● **YOUR GOAL**: Narrow the data below down to the lines containing "with".

── RECORDS FOR THIS EXERCISE

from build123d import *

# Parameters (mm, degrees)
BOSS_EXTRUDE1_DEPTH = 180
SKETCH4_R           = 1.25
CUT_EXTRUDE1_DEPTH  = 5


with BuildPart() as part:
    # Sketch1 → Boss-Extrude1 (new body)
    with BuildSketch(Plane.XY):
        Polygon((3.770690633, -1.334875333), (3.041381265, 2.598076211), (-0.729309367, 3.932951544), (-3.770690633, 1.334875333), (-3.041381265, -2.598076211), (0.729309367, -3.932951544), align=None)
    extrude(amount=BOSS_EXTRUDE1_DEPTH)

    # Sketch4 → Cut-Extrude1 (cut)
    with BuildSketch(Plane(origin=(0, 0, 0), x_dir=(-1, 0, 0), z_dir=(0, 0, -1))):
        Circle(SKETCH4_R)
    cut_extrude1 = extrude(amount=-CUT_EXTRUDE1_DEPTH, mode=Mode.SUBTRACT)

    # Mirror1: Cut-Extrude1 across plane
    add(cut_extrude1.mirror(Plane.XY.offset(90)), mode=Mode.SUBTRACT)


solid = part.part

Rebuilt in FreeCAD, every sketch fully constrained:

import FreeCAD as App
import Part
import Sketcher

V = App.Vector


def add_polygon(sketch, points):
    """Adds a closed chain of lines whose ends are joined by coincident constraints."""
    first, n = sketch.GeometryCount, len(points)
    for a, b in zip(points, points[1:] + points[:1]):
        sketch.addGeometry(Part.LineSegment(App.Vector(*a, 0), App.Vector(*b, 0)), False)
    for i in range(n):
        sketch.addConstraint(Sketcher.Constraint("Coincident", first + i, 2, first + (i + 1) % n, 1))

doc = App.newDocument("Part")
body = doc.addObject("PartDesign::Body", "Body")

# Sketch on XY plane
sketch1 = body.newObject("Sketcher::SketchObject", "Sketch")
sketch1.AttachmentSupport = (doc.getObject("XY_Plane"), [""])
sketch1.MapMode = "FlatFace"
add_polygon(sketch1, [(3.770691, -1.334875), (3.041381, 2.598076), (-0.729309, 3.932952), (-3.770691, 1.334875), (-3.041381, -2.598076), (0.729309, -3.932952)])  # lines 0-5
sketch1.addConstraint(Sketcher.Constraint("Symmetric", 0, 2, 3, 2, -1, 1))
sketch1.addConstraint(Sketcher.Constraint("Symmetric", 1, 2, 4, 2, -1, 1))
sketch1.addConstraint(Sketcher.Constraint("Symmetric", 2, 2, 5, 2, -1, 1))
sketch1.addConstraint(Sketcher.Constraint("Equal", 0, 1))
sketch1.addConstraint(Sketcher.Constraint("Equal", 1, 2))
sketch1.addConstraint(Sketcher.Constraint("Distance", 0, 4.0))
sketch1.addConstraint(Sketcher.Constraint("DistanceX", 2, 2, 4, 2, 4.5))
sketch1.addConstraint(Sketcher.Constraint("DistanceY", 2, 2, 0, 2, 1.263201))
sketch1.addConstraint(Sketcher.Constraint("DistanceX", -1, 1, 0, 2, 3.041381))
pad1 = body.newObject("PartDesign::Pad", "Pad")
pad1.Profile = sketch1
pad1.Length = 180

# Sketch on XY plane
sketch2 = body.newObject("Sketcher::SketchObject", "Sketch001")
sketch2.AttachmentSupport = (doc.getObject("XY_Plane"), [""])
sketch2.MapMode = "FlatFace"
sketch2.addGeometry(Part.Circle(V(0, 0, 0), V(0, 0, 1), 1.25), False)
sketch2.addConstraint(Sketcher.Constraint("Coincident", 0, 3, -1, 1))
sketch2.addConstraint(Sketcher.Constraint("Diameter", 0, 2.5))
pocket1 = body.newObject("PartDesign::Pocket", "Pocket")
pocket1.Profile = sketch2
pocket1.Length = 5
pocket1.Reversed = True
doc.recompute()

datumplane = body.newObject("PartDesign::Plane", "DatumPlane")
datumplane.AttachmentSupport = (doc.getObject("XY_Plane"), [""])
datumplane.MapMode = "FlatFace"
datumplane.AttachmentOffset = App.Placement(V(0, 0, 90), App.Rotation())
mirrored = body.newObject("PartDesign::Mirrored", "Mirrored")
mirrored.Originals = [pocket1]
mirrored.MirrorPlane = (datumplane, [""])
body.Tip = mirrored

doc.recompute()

────
── RECORDS FOR THIS EXERCISE

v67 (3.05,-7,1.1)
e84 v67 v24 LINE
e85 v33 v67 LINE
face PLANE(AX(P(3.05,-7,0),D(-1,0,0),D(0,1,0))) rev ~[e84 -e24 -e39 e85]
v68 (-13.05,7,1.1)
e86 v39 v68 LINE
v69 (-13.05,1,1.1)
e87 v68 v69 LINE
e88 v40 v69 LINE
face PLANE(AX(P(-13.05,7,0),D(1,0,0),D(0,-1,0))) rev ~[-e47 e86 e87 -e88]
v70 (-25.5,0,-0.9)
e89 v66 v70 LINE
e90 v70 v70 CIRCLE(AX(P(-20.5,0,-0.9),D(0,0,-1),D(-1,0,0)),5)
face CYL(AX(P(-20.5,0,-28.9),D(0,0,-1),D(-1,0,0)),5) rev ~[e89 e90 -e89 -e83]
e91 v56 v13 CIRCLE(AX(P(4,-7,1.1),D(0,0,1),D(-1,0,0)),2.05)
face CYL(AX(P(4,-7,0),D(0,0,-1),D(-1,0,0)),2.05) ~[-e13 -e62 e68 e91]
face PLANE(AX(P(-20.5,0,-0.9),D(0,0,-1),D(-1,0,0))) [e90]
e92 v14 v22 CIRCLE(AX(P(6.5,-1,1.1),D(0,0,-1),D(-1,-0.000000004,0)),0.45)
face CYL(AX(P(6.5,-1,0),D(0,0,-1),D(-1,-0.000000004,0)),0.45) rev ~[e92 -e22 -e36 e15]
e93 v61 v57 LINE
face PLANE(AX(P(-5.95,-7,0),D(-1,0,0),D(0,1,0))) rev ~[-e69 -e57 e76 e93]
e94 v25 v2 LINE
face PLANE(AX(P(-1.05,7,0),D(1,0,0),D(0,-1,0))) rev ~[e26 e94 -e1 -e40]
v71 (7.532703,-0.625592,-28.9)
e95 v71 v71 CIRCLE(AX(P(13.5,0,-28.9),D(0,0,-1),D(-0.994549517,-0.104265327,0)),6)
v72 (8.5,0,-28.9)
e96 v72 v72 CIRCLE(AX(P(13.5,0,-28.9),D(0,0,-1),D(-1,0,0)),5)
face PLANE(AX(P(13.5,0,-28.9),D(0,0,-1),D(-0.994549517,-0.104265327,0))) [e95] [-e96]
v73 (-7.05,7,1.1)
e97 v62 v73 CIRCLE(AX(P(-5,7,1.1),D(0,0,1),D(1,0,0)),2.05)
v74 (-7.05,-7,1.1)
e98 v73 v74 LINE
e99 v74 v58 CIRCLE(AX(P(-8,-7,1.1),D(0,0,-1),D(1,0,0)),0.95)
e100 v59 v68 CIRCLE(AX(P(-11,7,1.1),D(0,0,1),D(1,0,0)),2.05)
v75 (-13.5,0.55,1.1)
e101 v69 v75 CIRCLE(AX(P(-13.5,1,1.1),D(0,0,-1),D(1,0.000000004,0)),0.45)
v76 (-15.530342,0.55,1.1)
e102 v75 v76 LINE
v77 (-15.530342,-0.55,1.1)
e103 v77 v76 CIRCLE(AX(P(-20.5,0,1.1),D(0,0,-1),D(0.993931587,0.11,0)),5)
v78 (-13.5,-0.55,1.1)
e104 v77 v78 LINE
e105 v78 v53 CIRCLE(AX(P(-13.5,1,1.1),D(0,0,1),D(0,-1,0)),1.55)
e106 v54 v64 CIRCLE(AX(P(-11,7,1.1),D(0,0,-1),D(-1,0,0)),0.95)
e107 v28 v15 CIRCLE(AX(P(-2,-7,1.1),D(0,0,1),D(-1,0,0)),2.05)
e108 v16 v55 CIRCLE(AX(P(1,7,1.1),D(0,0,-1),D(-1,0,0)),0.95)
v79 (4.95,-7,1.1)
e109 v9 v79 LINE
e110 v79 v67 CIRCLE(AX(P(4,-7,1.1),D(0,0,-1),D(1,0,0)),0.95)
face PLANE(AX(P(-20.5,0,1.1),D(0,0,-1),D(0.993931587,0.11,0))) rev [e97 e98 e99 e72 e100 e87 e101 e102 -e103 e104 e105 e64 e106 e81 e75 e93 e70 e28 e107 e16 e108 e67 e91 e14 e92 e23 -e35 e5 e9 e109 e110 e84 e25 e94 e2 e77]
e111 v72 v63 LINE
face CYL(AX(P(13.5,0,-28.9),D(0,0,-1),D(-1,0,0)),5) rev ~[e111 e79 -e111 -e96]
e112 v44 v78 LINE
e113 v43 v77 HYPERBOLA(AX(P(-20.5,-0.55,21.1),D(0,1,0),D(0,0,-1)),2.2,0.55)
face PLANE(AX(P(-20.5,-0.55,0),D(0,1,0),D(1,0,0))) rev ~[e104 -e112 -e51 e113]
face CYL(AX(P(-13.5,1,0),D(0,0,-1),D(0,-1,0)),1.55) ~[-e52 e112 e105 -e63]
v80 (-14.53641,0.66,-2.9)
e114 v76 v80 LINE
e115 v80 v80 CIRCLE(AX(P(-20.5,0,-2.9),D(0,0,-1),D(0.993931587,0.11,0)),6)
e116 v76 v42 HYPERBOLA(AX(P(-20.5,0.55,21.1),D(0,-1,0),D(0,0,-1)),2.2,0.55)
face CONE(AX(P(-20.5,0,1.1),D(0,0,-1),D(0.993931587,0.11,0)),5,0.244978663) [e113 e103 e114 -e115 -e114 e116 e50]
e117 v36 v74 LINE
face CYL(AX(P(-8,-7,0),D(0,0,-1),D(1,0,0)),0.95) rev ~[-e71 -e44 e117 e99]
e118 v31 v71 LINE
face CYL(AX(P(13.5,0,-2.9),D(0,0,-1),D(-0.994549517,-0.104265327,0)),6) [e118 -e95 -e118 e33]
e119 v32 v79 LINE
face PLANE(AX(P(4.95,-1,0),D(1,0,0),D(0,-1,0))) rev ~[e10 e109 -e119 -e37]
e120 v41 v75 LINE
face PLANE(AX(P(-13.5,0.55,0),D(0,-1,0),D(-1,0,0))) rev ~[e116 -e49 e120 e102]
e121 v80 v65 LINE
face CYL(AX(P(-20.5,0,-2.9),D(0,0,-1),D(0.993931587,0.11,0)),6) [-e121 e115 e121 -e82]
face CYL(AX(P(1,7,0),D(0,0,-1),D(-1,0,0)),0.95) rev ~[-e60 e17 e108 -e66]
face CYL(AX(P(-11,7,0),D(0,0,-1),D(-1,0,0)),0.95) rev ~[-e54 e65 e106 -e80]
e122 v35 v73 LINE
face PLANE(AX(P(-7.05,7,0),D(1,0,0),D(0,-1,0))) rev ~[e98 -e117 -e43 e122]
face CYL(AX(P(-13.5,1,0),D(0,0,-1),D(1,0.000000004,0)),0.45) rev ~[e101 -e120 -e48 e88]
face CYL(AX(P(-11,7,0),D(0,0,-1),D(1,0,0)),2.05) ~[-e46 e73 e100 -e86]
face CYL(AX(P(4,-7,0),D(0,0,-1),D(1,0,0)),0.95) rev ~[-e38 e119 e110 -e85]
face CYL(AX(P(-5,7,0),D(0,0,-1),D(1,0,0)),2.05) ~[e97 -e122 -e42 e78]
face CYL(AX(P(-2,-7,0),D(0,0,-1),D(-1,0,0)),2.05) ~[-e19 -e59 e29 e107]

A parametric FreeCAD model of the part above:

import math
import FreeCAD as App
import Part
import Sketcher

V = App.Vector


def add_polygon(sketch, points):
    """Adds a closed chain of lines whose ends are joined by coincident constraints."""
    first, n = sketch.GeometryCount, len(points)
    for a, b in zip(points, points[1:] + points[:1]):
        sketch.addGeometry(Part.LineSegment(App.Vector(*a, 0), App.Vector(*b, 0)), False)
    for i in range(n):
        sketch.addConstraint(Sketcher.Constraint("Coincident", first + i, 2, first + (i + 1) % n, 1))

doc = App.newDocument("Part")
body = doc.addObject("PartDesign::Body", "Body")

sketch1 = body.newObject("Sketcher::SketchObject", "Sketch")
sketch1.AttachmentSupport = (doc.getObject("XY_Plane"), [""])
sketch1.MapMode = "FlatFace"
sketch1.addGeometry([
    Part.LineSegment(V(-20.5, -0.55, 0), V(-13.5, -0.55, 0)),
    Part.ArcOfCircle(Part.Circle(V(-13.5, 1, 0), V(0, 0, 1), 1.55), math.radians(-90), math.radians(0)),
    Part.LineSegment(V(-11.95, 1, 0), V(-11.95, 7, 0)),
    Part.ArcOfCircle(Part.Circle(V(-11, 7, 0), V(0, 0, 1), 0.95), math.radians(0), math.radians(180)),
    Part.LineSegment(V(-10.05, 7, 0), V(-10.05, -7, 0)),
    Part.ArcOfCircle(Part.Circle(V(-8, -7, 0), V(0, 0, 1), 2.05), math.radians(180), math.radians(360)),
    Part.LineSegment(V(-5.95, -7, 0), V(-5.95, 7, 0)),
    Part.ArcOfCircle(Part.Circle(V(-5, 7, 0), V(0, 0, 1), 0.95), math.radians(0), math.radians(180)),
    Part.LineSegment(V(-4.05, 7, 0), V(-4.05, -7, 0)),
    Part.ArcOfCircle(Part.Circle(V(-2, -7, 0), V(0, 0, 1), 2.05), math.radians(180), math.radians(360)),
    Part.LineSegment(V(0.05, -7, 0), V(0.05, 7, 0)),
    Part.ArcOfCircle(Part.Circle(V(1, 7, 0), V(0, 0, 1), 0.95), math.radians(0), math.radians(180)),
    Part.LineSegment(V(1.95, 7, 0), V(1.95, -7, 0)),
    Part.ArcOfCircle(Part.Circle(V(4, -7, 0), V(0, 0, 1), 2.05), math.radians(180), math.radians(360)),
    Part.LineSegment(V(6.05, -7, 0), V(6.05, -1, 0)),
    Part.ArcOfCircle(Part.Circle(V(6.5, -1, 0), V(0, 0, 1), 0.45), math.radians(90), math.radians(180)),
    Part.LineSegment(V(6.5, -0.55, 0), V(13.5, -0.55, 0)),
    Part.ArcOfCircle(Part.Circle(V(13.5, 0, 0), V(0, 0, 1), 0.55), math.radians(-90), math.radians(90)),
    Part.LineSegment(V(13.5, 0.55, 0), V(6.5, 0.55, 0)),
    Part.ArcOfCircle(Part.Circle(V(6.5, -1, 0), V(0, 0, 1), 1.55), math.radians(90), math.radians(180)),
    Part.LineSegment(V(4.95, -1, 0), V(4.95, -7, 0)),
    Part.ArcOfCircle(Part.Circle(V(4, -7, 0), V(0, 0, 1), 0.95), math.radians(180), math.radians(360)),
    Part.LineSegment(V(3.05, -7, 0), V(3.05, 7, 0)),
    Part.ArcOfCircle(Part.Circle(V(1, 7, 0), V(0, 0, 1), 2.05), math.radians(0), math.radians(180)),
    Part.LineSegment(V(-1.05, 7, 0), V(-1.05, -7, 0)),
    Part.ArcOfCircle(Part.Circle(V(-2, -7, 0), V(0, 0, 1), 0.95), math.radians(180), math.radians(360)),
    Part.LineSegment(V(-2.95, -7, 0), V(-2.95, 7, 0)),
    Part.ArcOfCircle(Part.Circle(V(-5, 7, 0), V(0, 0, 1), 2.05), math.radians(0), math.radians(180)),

────

● **ANSWER FOR THIS EXERCISE**:
with BuildPart() as part:
    with BuildSketch(Plane.XY):
    with BuildSketch(Plane(origin=(0, 0, 0), x_dir=(-1, 0, 0), z_dir=(0, 0, -1))):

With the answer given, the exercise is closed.